23. April 2009, 10:34, by Riv-Alain Vakili

Website performance optimization: Don’t forget the client-side!

Regarding the topic “optimizing page-loading-times” too many people still set the focus only on the server-side, ignoring the fact that most of the loading time is spent getting all the components of the page(CSS, JavaScript, images, ads).


Also, pages (like tilllate.com) more often make heavy use of JavaScript with the goal of providing a better user experience. The problem is, that most developers work on modern hardware and develop on their favourite web browser – which is usually a recent one.

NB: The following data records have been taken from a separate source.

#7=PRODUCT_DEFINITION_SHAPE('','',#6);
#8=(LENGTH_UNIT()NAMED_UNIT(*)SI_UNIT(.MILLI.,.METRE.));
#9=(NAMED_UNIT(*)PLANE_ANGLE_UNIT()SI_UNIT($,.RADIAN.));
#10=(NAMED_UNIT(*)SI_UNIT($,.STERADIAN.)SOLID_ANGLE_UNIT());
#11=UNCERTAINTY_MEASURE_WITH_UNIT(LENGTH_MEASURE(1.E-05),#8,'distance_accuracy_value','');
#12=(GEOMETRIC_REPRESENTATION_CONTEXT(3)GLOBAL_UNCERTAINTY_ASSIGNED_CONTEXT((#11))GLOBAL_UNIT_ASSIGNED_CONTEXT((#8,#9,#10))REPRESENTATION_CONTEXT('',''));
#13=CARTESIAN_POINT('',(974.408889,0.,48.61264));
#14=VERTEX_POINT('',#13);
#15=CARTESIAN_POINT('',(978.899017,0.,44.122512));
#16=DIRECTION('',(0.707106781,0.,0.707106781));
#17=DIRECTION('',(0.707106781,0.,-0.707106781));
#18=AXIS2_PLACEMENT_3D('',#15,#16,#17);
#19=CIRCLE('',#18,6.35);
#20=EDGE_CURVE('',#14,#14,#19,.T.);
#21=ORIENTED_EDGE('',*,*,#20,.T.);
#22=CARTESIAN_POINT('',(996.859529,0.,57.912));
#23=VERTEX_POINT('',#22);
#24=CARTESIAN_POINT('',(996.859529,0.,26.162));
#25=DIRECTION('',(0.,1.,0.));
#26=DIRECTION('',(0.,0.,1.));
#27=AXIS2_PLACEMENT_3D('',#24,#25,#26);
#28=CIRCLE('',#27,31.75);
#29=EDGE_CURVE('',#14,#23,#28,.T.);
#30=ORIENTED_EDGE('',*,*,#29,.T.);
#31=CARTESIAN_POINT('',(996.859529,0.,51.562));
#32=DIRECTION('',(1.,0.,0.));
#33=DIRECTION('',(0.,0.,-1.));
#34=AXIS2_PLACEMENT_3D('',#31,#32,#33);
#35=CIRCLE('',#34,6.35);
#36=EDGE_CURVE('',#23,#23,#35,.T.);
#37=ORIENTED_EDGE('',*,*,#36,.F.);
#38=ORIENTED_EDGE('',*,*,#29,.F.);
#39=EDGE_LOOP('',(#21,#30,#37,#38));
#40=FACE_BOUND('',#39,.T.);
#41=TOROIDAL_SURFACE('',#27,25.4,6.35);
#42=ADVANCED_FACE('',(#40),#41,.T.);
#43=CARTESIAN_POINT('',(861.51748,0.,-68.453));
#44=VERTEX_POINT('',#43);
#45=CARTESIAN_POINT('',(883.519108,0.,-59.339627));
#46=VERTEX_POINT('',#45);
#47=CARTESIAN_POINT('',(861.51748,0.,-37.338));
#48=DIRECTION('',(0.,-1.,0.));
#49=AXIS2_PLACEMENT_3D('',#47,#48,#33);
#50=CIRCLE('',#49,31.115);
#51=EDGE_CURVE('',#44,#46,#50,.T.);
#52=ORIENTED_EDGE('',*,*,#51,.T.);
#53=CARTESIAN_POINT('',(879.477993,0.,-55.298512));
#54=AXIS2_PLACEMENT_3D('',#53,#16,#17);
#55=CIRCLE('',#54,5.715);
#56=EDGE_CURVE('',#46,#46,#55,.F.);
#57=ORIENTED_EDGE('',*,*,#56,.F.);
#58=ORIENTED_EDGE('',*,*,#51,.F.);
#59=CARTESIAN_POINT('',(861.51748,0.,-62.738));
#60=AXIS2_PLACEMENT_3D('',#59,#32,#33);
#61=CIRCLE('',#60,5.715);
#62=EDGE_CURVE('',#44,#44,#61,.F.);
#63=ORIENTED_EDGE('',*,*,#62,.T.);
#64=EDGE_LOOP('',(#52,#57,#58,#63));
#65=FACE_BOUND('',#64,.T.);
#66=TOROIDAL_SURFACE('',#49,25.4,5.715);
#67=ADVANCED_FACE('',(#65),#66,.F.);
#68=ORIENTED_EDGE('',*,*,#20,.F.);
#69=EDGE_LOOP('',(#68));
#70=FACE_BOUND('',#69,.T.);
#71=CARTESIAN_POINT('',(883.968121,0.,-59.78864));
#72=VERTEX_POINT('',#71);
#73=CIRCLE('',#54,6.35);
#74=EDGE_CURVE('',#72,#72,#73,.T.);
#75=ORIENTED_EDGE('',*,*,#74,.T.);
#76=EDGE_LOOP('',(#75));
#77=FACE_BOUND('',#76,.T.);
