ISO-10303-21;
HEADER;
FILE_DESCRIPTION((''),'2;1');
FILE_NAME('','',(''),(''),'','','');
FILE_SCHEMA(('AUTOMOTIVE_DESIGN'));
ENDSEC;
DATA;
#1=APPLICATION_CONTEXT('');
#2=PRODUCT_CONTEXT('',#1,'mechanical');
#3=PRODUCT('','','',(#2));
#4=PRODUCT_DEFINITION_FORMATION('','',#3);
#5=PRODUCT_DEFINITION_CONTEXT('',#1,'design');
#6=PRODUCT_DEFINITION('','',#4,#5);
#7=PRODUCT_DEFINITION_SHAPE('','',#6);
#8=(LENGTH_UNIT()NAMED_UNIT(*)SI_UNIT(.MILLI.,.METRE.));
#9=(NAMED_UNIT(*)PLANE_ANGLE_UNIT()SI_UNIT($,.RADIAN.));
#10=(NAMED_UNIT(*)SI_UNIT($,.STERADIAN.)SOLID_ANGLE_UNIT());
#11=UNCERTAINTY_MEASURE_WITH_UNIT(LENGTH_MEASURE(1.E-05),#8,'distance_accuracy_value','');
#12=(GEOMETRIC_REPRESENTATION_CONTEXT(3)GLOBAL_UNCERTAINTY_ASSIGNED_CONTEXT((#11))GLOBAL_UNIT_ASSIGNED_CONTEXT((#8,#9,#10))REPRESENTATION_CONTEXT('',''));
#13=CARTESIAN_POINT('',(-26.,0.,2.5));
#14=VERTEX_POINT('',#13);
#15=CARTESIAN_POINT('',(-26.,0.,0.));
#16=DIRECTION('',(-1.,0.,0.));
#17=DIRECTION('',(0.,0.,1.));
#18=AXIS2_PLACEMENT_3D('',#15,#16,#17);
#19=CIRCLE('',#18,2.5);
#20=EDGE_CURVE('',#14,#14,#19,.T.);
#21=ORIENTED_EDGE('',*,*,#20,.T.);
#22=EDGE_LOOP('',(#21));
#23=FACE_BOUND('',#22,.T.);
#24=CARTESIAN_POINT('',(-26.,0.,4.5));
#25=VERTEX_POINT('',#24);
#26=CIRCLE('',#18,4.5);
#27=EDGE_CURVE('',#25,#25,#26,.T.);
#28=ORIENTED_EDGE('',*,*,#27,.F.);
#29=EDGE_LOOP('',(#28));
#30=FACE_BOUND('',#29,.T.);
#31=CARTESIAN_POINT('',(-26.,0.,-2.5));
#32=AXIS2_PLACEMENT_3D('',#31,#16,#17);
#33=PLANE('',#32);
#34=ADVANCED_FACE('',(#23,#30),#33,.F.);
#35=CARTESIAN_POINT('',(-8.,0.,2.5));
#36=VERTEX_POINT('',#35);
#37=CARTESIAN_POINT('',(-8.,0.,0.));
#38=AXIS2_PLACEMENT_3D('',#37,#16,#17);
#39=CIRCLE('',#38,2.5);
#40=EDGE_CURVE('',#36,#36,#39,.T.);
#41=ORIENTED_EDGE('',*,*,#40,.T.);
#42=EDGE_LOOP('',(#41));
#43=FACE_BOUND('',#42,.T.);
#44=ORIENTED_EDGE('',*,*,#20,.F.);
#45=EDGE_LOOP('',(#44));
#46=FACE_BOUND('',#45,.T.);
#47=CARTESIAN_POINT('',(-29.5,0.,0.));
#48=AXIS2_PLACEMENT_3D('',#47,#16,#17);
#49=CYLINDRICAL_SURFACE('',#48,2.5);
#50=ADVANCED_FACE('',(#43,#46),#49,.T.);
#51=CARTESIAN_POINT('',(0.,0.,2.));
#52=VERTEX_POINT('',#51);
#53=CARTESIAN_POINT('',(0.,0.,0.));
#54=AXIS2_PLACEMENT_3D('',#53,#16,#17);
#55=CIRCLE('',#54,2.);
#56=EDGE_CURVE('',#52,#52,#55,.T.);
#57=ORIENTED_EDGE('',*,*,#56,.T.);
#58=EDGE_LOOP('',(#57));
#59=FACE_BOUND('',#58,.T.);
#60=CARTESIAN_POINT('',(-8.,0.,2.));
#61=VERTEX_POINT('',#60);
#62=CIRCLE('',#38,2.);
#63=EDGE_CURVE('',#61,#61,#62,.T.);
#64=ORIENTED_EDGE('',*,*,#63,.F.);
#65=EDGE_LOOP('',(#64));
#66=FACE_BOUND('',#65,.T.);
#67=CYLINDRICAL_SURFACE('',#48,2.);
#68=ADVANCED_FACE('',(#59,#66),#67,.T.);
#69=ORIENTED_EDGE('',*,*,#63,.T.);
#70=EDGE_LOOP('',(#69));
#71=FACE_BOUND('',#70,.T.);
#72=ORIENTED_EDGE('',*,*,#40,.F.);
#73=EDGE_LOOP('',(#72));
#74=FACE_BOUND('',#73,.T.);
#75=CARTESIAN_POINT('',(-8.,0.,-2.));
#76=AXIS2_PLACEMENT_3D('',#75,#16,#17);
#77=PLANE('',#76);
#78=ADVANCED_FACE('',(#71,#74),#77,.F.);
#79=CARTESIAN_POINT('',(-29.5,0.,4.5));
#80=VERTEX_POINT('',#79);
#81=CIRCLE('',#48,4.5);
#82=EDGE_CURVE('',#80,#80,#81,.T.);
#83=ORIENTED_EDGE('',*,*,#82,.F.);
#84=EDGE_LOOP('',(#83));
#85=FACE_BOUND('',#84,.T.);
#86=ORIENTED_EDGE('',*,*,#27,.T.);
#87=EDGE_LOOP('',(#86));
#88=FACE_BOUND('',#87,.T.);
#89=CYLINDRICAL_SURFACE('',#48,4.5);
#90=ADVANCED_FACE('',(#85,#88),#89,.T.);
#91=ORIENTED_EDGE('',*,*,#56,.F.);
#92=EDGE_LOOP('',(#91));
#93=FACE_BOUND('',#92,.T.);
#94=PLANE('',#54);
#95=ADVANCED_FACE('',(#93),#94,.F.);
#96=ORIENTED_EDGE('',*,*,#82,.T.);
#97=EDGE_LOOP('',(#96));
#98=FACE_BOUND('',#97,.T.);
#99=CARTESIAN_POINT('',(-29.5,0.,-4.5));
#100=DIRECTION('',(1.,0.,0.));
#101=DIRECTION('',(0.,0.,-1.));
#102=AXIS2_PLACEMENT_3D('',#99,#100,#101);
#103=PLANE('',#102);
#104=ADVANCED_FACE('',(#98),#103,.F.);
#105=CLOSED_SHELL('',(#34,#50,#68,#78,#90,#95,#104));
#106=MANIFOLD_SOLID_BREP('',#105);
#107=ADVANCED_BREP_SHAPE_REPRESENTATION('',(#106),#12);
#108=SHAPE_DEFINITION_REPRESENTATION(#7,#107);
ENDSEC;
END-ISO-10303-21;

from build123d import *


with BuildPart() as part:
    # Sketch1 → Revolve1 (revolve)
    with BuildSketch(Plane(origin=(0, 0, 0), x_dir=(1, 0, 0), z_dir=(0, 1, 0)), mode=Mode.PRIVATE) as revolve1_sk:
        Polygon((0, 0), (0, 2), (-8, 2), (-8, 2.5), (-26, 2.5), (-26, 4.5), (-29.5, 4.5), (-29.5, 0), align=None)
    revolve(revolve1_sk.sketch.rotate(Axis((-29.5, 0, 0), (1, 0, 0)), 180), axis=Axis((-29.5, 0, 0), (1, 0, 0)))


solid = part.part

They forget that a big amount of visitors still surf with their first computer bought 7 years ago at Interdiscount and is mostly surfing on the developers least favourite browser (like IE 6). As a result, those visitors often do not get the optimal user-experience and the website loses traffic (=money).

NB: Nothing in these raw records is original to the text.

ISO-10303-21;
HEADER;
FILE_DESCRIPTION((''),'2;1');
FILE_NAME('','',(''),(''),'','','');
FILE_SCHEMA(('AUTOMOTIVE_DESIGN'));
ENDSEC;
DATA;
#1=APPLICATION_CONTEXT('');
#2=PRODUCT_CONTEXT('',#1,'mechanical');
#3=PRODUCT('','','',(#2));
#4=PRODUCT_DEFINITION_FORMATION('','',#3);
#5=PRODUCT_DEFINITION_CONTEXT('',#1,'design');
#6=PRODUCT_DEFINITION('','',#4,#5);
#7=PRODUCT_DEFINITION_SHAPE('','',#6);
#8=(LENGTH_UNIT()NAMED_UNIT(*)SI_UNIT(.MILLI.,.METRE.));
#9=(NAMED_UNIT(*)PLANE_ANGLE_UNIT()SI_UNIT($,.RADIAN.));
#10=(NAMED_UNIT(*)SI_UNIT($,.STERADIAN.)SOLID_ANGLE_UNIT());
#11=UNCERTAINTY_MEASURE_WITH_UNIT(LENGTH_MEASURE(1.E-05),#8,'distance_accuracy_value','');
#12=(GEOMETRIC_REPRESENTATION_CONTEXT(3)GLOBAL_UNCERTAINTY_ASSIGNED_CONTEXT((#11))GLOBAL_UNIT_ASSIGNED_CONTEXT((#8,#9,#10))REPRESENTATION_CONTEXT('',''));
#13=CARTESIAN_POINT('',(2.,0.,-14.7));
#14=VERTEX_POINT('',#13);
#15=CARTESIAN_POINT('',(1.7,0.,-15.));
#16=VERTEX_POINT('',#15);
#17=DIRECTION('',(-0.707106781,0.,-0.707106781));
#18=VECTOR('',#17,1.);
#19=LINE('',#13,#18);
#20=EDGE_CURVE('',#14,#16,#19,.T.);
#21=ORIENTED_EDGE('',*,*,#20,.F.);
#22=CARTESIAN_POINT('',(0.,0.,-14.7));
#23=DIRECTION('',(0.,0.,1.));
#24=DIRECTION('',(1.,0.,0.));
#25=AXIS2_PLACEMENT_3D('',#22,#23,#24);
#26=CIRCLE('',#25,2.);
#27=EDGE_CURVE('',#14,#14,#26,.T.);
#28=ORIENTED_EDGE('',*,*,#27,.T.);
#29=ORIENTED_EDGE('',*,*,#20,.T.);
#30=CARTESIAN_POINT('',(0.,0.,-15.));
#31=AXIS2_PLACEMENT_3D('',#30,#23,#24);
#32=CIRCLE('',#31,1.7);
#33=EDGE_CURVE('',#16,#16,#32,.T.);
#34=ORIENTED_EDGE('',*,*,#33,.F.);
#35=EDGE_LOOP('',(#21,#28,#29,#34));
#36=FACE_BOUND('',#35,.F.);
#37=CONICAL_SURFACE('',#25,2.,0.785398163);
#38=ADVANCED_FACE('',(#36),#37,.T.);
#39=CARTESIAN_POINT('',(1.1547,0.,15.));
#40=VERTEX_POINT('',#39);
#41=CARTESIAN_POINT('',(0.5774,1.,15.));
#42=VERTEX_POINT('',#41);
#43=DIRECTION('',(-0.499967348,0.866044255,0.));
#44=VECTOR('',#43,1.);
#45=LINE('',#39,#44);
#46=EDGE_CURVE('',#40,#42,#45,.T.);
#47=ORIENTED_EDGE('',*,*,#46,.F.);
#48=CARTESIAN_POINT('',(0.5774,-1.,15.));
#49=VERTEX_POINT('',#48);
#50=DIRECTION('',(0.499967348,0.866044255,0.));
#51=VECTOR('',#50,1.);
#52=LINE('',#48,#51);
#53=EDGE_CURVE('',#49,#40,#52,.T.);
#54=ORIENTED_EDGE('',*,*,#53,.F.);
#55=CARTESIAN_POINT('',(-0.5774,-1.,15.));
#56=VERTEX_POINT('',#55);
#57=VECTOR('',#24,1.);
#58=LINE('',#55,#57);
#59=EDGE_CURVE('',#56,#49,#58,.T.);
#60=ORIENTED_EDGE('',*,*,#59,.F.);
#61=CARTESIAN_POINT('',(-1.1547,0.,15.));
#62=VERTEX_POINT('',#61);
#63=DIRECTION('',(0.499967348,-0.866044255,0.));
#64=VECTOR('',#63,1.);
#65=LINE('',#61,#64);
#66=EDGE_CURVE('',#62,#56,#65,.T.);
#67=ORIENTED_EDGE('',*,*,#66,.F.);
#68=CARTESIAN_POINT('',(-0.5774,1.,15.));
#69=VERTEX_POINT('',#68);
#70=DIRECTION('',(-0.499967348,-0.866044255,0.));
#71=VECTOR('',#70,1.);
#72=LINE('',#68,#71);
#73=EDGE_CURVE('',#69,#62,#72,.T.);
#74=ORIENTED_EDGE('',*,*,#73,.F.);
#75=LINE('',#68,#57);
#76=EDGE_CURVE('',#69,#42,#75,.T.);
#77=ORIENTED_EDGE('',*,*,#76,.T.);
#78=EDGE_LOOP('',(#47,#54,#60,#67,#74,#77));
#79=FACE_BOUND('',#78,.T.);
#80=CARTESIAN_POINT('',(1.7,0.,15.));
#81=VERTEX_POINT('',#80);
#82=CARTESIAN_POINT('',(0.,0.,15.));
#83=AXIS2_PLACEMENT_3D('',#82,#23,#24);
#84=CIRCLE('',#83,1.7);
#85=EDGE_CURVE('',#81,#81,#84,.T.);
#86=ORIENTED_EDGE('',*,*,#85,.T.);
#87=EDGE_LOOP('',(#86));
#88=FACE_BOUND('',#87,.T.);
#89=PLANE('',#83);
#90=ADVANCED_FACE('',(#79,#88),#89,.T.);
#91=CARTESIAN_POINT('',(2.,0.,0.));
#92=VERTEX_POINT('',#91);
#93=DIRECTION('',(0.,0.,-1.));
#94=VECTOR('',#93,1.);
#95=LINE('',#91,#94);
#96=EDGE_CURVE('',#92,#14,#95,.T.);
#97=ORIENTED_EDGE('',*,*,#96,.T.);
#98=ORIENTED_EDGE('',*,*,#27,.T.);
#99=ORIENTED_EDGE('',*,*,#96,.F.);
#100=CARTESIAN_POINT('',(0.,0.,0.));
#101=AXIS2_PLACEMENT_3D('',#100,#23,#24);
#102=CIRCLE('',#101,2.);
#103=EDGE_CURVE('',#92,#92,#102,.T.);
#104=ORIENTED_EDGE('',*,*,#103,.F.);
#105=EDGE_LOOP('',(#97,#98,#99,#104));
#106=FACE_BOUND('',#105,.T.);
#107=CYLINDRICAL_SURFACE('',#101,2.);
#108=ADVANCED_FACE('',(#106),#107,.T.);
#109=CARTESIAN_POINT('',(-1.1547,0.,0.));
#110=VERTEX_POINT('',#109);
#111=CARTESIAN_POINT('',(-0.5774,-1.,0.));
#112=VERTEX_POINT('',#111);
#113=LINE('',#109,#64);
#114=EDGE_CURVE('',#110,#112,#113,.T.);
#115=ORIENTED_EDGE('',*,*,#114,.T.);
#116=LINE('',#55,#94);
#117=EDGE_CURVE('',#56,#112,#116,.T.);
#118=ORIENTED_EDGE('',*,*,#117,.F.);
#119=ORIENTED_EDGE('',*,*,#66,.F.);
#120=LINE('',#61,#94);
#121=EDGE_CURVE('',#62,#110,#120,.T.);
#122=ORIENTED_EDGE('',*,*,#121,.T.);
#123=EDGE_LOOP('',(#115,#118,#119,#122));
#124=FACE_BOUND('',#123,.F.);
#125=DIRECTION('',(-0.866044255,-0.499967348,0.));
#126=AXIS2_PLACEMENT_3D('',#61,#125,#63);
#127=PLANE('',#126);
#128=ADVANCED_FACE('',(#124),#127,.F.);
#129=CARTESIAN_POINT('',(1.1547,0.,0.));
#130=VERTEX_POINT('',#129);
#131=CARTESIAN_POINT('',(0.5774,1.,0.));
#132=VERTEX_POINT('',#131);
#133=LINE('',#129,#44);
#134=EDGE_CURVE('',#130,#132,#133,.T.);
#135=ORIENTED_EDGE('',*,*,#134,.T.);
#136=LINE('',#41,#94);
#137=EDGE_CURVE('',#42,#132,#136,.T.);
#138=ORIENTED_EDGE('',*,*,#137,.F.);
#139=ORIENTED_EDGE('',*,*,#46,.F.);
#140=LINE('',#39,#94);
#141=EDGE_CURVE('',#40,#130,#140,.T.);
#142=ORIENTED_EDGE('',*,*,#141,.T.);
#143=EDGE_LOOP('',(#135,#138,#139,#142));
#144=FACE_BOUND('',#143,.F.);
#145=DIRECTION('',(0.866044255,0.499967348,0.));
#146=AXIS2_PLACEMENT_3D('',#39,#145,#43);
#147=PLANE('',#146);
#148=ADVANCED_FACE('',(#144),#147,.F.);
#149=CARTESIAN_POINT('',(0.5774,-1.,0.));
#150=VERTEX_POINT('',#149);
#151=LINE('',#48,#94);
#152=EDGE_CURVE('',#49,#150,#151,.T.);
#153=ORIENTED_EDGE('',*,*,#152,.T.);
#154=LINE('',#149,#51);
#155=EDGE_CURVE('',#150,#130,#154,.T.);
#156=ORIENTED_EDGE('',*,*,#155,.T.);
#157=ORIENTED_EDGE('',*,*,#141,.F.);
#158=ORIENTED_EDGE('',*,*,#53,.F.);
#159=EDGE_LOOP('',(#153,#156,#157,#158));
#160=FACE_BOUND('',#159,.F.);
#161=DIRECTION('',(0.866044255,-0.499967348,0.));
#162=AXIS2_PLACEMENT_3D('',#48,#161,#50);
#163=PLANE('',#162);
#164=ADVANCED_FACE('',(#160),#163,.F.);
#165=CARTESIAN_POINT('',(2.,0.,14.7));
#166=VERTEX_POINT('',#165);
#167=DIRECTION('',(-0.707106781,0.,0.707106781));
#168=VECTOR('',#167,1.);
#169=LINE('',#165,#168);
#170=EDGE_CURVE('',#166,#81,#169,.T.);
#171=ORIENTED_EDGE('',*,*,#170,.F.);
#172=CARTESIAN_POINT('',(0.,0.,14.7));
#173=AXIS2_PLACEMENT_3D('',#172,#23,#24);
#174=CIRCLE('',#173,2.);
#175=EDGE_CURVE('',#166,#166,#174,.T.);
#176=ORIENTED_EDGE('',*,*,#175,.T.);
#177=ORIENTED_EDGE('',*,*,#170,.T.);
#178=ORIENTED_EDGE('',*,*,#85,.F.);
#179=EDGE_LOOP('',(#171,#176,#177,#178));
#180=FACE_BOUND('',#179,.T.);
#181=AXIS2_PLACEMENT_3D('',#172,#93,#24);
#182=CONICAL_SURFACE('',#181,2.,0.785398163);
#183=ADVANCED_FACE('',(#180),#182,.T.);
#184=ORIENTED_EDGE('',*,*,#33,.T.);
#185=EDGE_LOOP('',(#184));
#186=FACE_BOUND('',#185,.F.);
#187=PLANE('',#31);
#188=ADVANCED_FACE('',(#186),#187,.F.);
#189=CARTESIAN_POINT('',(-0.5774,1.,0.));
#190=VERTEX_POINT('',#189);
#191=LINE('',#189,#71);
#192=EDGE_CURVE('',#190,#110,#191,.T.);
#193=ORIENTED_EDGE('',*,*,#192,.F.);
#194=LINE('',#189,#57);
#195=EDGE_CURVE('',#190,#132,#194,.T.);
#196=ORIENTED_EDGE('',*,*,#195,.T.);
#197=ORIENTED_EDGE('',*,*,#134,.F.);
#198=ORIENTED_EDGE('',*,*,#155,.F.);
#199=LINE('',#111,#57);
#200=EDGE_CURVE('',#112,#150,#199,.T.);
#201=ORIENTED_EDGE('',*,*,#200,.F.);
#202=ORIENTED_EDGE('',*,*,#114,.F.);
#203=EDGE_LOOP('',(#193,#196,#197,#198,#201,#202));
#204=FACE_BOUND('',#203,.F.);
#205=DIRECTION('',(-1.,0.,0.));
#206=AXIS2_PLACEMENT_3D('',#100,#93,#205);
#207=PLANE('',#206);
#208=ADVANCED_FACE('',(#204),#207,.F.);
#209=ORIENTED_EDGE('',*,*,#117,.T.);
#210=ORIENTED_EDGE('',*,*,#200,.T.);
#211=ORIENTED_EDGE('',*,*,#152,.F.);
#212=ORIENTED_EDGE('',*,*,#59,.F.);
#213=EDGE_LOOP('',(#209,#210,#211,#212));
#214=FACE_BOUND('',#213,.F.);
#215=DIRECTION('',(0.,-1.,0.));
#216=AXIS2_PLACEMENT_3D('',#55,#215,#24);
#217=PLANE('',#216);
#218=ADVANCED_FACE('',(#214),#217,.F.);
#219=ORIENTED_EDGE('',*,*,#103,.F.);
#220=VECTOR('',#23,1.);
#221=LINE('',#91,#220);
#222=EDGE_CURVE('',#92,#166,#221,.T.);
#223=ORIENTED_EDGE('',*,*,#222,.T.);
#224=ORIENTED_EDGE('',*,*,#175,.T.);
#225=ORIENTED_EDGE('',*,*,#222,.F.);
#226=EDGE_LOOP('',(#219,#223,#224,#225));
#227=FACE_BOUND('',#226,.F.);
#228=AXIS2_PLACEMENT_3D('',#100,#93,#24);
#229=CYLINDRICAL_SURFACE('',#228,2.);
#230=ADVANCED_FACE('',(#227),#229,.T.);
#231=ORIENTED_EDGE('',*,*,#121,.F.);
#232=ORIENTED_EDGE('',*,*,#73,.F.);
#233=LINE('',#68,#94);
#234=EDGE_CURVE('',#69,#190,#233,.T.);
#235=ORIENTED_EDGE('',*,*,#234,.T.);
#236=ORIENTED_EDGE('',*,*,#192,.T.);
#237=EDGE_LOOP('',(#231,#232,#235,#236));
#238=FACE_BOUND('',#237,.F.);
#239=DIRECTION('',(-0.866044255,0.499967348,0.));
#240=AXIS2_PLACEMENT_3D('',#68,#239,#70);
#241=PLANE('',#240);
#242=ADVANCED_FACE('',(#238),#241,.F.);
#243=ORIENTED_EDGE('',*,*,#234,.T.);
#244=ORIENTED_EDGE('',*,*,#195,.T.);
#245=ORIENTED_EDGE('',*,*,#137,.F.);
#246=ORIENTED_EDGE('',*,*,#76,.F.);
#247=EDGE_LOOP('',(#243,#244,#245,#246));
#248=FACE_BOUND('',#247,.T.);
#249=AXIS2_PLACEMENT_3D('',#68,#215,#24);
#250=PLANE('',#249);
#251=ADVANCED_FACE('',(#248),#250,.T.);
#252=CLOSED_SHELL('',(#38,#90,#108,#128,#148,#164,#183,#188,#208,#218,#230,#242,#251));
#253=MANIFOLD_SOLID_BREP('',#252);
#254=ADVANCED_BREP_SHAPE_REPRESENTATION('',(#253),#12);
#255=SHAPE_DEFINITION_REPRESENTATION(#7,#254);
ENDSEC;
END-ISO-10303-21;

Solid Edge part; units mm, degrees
sketch "Sketch1" plane through (0, 0, 0) normal (0, 0, 1) x (1, 0, 0)
  circle A0 centre (0, 0) radius 2
  dimension "D1" = 4
extrude "Protrusion1" add sketch "Sketch1" along normal mid plane 30
chamfer "Chamfer1" distance 0.3 angle 45 2 edges at (-2, 0, -15) (-2, 0, 15)
sketch "Sketch2" plane through (0, 0, 15) normal (0, 0, 1) x (1, 0, 0)
  line L0 (-0.5774, 1) -> (0.5774, 1)
  line L1 (1.1547, 0) -> (0.5774, 1)
  line L2 (0.5774, -1) -> (1.1547, 0)
  line L3 (-0.5774, -1) -> (0.5774, -1)
  line L4 (-1.1547, 0) -> (-0.5774, -1)
  line L5 (-0.5774, 1) -> (-1.1547, 0)
  dimension "D1" = 2
extrude "Cutout1" cut sketch "Sketch2" against normal blind 15
properties part number "24100097"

The conclusion out of this is:



  • We have to optimize our page following yahoo’s findings.

  • We have to optimize our JavaScript-execution.

Where to start?


Most of our traffic is generated through the photo album. We analyzed and improved following use-case in terms of loading-speed and responsiveness:


homepage


User comes to homepage…


thumbnails


…goes to the a photoalbum…


photo


…clicks through the photos


Tweaks


We then did the following things:



  • Reduced HTTP requests needed to load the JavaScript files: from 45 to 1-2 requests by merging the multiple files into a single one.

  • reduced file sizes of CSS- and JavaScript files by using yui-compressor

  • reduced amount of external scripts (like Google Analytics) or load them after everything else to reduce the dependency on third party hosts

Also with the photo album being a JavaScript app we went through the code and implemented the following improvements:



  • reduced DOM-operations

  • reduced amount of written code by refactoring

  • found and removed some common memory leak-patterns

  • removed fancy fading-effects as they were useless and took a lot of CPU time

The results


For example on IE7 (50% of our users are using it) we had following improvements:



  • time loading and set up the photoalbum decreased from 4.8 to 2.9 seconds

  • time switching between thumbnailpages decreased from 1.3 to 0.3 seconds

  • the general loading/parsing-time of JavaScript decreased from 1,2 to 0.6 respectively 0.5 to 0.3 seconds (Firefox).

Once we released the tweaks, the pageviews per visit increased by 20%.

Filed under: Web Development

8 Comments

  1. Great work! I especially like the number at the end of page views going up 20%. I can recommend looking into Jiffy if you want to continue tweaking load times – I’ve had success with it at local.ch.

    Comment by Patrice — 23. April 2009 @ 22:41

  2. thx for the tip!

    Comment by Rivu — 24. April 2009 @ 15:15

  3. Hi Rivu,

    that’s a great result. Did this have a positive impact on revenues?

    - Aaron

    Comment by Aaron Peters — 27. April 2009 @ 09:54

  4. Can you elaborate how you get ‘time’ metrics for IE7?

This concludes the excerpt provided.